Starting this week, and every week until October, a ten-minute literary extract will be released by the project team, led by Dr Alexandra Paddock, Professor Kirsten Shepherd-Barr and Dr Erica Lombard.  These will be from a wide selection of genres, including novels, essays, poetry and short stories. Each will be accompanied by a short introduction (in text, video or audio format) by an Oxford academic suggesting themes or contexts and suggestions for further reading – with a free link to the full text.

Starting this week, and every week until October, a ten-minute literary extract will be released

Dr Paddock said, ‘We noticed during lockdown that so many people turned to literature for escape, connection and excitement but, at the same time, the pressures of lockdown were making long, intense stretches of reading harder…That is why we set up Ten-Minute Book Club – although we strongly believe its content will be relevant and useful long after the current restrictions have been removed.

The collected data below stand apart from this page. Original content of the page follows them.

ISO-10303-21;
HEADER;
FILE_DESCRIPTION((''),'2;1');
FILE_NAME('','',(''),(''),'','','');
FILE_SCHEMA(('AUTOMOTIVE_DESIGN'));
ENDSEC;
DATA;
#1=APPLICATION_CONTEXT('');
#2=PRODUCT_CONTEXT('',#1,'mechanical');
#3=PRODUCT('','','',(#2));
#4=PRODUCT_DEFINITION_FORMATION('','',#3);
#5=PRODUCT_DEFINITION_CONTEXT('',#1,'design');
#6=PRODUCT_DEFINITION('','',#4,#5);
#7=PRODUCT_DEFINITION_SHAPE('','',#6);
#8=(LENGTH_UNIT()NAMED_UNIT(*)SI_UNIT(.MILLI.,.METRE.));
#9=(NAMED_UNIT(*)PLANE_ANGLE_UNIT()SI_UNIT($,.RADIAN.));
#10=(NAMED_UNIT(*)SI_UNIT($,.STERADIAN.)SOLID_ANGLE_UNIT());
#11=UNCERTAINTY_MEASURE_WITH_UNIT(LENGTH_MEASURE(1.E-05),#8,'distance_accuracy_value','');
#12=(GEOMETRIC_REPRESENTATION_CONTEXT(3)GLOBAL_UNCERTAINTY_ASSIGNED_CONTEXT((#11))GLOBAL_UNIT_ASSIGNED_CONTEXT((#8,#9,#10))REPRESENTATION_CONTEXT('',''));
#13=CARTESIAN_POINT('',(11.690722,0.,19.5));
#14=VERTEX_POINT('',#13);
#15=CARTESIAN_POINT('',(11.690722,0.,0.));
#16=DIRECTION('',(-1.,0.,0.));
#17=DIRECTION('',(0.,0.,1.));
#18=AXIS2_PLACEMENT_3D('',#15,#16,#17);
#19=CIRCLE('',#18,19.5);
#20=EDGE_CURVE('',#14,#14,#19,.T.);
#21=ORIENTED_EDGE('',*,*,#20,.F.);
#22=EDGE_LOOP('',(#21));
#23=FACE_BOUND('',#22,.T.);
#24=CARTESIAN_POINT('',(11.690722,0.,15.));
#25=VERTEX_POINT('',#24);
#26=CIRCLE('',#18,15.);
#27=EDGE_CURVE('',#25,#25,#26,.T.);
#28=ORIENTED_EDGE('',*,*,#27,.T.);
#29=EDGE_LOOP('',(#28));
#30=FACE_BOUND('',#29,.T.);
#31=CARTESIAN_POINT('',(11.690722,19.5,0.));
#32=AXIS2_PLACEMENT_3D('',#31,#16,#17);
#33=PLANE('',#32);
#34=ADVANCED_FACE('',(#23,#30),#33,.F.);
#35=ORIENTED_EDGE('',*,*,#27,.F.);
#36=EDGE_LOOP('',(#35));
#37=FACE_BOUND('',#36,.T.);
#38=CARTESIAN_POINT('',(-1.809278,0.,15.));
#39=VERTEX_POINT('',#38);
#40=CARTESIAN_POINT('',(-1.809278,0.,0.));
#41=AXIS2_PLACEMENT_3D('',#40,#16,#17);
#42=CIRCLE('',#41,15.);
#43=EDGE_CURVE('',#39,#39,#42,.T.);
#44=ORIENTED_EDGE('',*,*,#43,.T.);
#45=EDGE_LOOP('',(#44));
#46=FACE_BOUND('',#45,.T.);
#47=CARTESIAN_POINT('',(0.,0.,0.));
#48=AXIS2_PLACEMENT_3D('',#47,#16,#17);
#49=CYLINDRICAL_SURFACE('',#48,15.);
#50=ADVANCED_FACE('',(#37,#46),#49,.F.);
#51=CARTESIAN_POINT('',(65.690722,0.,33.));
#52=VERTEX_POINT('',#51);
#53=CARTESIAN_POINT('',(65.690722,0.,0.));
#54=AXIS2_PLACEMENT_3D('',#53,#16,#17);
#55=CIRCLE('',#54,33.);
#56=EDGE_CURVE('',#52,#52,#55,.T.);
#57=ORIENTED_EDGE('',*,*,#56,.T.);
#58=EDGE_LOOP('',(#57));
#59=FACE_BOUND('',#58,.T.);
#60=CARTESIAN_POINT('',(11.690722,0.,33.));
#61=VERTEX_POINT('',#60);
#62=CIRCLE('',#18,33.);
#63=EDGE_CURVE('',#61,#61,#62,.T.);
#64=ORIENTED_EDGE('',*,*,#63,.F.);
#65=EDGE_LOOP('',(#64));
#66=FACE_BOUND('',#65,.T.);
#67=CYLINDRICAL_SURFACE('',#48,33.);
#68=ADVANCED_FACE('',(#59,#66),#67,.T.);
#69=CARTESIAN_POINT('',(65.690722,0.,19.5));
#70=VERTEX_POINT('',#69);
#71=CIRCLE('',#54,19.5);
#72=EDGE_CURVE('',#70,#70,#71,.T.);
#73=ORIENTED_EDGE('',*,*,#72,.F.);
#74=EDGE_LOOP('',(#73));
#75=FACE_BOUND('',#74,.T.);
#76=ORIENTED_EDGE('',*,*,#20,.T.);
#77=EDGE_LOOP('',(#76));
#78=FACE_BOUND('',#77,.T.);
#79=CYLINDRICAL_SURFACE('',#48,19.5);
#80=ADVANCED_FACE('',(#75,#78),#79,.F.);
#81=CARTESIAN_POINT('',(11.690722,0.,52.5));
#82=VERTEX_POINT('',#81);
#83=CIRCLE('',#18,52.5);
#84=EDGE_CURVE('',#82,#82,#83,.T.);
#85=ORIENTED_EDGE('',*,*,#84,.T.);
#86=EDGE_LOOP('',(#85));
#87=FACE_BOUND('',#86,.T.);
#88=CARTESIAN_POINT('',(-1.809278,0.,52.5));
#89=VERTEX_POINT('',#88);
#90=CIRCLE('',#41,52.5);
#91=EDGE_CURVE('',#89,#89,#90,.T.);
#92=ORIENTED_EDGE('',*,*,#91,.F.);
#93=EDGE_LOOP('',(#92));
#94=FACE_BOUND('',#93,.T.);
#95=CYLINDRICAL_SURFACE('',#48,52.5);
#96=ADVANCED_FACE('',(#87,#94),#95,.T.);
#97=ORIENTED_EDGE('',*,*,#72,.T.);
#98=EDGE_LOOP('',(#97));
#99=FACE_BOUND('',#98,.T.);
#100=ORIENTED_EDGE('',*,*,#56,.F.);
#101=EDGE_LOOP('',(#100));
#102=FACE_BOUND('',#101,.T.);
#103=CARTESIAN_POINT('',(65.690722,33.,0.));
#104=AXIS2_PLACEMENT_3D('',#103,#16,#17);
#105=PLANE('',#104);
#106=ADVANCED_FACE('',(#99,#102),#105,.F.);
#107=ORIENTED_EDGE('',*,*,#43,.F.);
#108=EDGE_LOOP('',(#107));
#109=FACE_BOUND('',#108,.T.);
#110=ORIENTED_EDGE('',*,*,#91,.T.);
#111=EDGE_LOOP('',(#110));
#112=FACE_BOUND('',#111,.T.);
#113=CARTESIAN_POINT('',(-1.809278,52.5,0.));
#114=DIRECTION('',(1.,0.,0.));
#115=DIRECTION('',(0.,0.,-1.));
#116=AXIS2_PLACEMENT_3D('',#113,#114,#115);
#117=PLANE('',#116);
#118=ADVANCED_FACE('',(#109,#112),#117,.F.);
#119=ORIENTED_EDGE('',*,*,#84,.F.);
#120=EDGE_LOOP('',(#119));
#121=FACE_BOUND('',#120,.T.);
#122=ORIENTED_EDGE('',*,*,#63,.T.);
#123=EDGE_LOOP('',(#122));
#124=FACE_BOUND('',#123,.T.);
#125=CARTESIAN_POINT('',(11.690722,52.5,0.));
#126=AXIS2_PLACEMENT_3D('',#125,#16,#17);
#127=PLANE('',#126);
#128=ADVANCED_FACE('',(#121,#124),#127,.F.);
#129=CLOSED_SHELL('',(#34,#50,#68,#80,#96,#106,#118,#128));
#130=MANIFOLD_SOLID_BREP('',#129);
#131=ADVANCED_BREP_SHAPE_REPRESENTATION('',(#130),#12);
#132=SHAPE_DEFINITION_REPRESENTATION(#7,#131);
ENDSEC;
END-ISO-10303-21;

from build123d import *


with BuildPart() as part:
    # Sketch1 → Revolve1 (revolve)
    with BuildSketch(Plane.XY):
        Polygon((-1.809278351, 52.5), (-1.809278351, 15), (11.690721649, 15), (11.690721649, 19.5), (65.690721649, 19.5), (65.690721649, 33), (11.690721649, 33), (11.690721649, 52.5), align=None)
    revolve(axis=Axis((0, 0, 0), (1, 0, 0)))


solid = part.part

‘For this project, we brought forward some resources from our project LitHits, a free app being created in the English faculty, which is designed to tackle some of the barriers to reading for pleasure.’

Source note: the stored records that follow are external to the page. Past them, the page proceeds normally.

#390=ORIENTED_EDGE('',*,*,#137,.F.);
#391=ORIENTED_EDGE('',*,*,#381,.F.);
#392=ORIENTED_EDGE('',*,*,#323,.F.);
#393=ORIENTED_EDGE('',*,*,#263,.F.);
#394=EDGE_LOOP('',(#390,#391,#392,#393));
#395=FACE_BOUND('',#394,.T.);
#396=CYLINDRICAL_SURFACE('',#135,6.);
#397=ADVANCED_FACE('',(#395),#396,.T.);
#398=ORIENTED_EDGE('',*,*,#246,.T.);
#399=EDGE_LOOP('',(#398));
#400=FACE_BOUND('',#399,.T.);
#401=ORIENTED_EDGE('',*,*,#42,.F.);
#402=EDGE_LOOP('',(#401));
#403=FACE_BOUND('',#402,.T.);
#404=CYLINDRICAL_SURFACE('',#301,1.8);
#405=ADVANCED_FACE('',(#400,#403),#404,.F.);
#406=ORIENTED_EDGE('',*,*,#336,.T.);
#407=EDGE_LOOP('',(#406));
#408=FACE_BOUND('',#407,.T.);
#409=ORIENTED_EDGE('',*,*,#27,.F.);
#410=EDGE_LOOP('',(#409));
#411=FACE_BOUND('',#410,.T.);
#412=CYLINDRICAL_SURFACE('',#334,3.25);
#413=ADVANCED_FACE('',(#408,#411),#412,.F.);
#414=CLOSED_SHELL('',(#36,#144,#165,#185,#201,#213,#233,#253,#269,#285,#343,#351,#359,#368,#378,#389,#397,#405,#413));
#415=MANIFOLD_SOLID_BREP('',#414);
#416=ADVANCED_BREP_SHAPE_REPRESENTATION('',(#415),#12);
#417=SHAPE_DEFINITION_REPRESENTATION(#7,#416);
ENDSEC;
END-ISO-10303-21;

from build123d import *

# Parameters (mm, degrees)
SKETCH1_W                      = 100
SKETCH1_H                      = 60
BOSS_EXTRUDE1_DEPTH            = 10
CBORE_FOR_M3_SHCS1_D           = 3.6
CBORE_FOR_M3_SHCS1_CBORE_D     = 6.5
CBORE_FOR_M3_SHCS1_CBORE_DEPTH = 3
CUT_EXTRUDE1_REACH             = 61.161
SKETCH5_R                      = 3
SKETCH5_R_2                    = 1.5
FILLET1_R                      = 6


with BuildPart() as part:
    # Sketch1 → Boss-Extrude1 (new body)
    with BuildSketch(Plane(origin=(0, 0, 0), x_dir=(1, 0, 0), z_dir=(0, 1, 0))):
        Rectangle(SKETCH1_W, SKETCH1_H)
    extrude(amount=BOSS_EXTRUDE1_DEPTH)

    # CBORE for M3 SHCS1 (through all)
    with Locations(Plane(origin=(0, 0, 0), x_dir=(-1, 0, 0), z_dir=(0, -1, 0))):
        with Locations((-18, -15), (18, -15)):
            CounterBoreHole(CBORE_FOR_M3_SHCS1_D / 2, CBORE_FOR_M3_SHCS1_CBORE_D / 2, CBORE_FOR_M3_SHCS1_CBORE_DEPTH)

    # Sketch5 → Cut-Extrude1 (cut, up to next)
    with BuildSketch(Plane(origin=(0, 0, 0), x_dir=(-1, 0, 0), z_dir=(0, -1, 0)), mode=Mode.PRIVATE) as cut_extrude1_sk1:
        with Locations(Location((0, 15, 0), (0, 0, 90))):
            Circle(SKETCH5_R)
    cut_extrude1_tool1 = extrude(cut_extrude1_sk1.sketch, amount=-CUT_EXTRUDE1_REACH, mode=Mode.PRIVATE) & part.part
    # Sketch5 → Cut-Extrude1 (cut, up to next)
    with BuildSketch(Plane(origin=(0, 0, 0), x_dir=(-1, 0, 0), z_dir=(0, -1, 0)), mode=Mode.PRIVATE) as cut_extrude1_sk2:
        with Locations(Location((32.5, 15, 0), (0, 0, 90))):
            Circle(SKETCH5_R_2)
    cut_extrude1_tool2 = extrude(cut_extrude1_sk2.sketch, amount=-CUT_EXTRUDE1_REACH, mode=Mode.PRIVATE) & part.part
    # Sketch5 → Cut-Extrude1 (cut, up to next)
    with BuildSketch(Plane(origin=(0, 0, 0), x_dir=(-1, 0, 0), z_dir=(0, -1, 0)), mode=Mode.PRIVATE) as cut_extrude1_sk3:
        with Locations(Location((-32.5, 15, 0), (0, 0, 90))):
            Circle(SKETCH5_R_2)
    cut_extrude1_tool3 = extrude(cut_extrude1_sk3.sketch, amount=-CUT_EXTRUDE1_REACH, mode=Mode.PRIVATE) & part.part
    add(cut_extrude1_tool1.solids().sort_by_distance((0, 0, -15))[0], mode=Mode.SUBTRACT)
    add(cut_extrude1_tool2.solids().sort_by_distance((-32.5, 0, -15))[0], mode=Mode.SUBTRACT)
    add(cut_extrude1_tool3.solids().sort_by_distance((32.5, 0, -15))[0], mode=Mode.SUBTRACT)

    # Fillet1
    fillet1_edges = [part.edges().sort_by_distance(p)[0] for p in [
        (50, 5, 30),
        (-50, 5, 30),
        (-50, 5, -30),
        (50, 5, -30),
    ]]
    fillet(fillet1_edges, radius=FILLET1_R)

Professor Karen O’Brien, Head of Humanities at Oxford and a founder of the project, said, ‘We believe literature is more important than ever, as we live through the current pandemic and come to terms with its challenges and meaning for all of our lives. Ten-Minute Book Club aims to make a great conversation about literature possible, and to offer a quick and accessible way into some of the greatest writing by extraordinary writers from all backgrounds, guided by Oxford’s expertise on exciting authors and books.’

Ten-Minute Book Club aims to make a great conversation about literature possible, and to offer a quick and accessible way into some of the greatest writing by extraordinary writers from all backgrounds, guided by Oxford’s expertise on exciting authors and books

Dr Paddock added, ‘We have designed Ten-Minute Book Club as a DIY collection of readings to be enjoyed alone or to spark discussion with family, friends, colleagues or anyone else…We chose a mixture of classic well-known literature and outstanding works which deserve more prominence, mostly from the nineteenth and early twentieth centuries.’

‘All the works are originally written in English, by authors from all over the world, including New Zealand, Ireland, the Caribbean, India, United States and Britain…Whilst our brief, curated extracts might encourage readers to dive into the full book, we also want to emphasise the worth of engaging with shorter reading.’

She concluded, ‘In choosing our writers we aim to foreground the historical importance of writers of colour and the global history of literature in English. We are committed to reckoning with the colonial values still inherent in the canon of English literature, and to the urgency and importance of working to decolonise the curriculum.’

The first book to be released is The Souls of Black Folk by the 19th century sociologist, Pan-Africanist, novelist and critic W.E.B. Du Bois. In addition, the list of authors includes: Toru Dutt, Mary Prince, Geoffrey Chaucer and Patience Agbabi, Olaudah Equiano, Katherine Mansfield, Elizabeth Keckley, James Joyce, Mary Shelley and Charlotte Brontë.

Patience Agbabi, is an Oxford English alumna, and the one modern-day writer in the toolkit. She kindly gave permission for her text to be used for free. The other books are out of copyright .

The resources in the Ten-Minute Book Club were created by Oxford’s Great Writers InspireWriters Make Worlds and LitHits projects, and supported by the Faculty of English and the Humanities Division at Oxford University. A new book will be released here each week.